WHAT TO WORK ON =
Among the records that follow, find the line with "Line((-23.1, -26.2), (-16.6, -26.2))" and the line with "Line((16.6, 26.2), (23.1, 26.2))". Set down those lines and all lines between them exactly, without adding anything.

————

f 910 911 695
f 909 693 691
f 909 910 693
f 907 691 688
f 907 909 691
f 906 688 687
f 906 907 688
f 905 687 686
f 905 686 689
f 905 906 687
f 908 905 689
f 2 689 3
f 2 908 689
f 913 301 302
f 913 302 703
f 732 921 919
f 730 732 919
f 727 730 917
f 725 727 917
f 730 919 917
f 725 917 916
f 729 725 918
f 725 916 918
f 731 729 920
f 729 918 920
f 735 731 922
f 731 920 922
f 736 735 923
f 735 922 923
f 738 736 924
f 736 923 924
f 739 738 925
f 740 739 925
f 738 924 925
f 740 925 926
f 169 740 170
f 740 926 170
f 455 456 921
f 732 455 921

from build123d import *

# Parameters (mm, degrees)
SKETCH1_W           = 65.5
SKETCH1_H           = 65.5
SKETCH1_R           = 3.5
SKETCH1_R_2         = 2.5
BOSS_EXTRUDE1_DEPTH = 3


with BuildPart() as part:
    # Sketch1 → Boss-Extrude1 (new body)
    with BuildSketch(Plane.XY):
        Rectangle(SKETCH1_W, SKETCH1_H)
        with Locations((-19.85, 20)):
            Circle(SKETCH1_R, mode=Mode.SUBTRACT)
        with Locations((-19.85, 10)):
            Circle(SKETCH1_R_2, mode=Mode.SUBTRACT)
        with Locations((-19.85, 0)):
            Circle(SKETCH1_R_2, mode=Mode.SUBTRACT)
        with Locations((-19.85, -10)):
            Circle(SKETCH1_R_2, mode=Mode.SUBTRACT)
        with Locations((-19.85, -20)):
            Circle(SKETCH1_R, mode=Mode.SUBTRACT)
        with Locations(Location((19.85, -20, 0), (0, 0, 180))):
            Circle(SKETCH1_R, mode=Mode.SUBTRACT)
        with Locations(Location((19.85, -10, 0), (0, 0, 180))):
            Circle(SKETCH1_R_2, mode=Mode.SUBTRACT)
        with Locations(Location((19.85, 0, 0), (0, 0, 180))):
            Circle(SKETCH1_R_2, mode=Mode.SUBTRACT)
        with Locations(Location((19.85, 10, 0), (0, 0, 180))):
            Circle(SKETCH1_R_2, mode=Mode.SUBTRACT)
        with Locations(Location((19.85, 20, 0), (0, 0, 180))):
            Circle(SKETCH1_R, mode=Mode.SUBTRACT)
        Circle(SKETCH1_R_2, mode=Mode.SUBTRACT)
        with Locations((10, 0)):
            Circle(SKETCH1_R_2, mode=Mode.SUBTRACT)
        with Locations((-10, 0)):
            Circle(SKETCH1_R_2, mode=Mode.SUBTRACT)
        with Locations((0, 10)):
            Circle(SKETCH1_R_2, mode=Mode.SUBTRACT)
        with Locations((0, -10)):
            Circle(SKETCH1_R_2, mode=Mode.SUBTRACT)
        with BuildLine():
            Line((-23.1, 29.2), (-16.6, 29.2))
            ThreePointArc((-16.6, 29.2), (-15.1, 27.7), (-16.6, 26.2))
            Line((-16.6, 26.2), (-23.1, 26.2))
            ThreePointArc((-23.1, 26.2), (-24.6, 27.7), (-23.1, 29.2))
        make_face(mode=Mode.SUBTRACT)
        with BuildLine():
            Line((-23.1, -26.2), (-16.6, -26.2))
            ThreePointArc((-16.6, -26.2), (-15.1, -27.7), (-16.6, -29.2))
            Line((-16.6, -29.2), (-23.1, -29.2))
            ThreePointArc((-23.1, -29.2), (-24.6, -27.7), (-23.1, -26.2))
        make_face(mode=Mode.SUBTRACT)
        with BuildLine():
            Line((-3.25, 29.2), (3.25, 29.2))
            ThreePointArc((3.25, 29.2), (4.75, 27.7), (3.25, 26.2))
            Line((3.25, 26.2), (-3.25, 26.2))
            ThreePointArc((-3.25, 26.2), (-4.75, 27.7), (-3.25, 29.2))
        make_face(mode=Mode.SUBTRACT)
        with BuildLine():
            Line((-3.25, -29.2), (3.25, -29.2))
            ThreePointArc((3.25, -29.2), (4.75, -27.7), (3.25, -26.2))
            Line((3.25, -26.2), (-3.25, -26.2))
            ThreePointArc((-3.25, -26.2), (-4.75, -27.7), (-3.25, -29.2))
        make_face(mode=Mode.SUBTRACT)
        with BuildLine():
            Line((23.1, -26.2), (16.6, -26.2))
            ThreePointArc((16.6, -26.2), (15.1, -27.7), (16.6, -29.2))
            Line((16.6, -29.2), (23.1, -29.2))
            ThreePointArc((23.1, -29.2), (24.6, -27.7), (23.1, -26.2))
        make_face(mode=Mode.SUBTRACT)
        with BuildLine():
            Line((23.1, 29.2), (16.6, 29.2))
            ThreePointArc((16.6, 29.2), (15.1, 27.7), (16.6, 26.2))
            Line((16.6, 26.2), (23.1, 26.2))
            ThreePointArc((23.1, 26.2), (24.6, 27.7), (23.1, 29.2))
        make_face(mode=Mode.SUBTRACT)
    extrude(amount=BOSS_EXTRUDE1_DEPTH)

————

OUTPUT FOR THIS EXERCISE =
            Line((-23.1, -26.2), (-16.6, -26.2))
            ThreePointArc((-16.6, -26.2), (-15.1, -27.7), (-16.6, -29.2))
            Line((-16.6, -29.2), (-23.1, -29.2))
            ThreePointArc((-23.1, -29.2), (-24.6, -27.7), (-23.1, -26.2))
        make_face(mode=Mode.SUBTRACT)
        with BuildLine():
            Line((-3.25, 29.2), (3.25, 29.2))
            ThreePointArc((3.25, 29.2), (4.75, 27.7), (3.25, 26.2))
            Line((3.25, 26.2), (-3.25, 26.2))
            ThreePointArc((-3.25, 26.2), (-4.75, 27.7), (-3.25, 29.2))
        make_face(mode=Mode.SUBTRACT)
        with BuildLine():
            Line((-3.25, -29.2), (3.25, -29.2))
            ThreePointArc((3.25, -29.2), (4.75, -27.7), (3.25, -26.2))
            Line((3.25, -26.2), (-3.25, -26.2))
            ThreePointArc((-3.25, -26.2), (-4.75, -27.7), (-3.25, -29.2))
        make_face(mode=Mode.SUBTRACT)
        with BuildLine():
            Line((23.1, -26.2), (16.6, -26.2))
            ThreePointArc((16.6, -26.2), (15.1, -27.7), (16.6, -29.2))
            Line((16.6, -29.2), (23.1, -29.2))
            ThreePointArc((23.1, -29.2), (24.6, -27.7), (23.1, -26.2))
        make_face(mode=Mode.SUBTRACT)
        with BuildLine():
            Line((23.1, 29.2), (16.6, 29.2))
            ThreePointArc((16.6, 29.2), (15.1, 27.7), (16.6, 26.2))
            Line((16.6, 26.2), (23.1, 26.2))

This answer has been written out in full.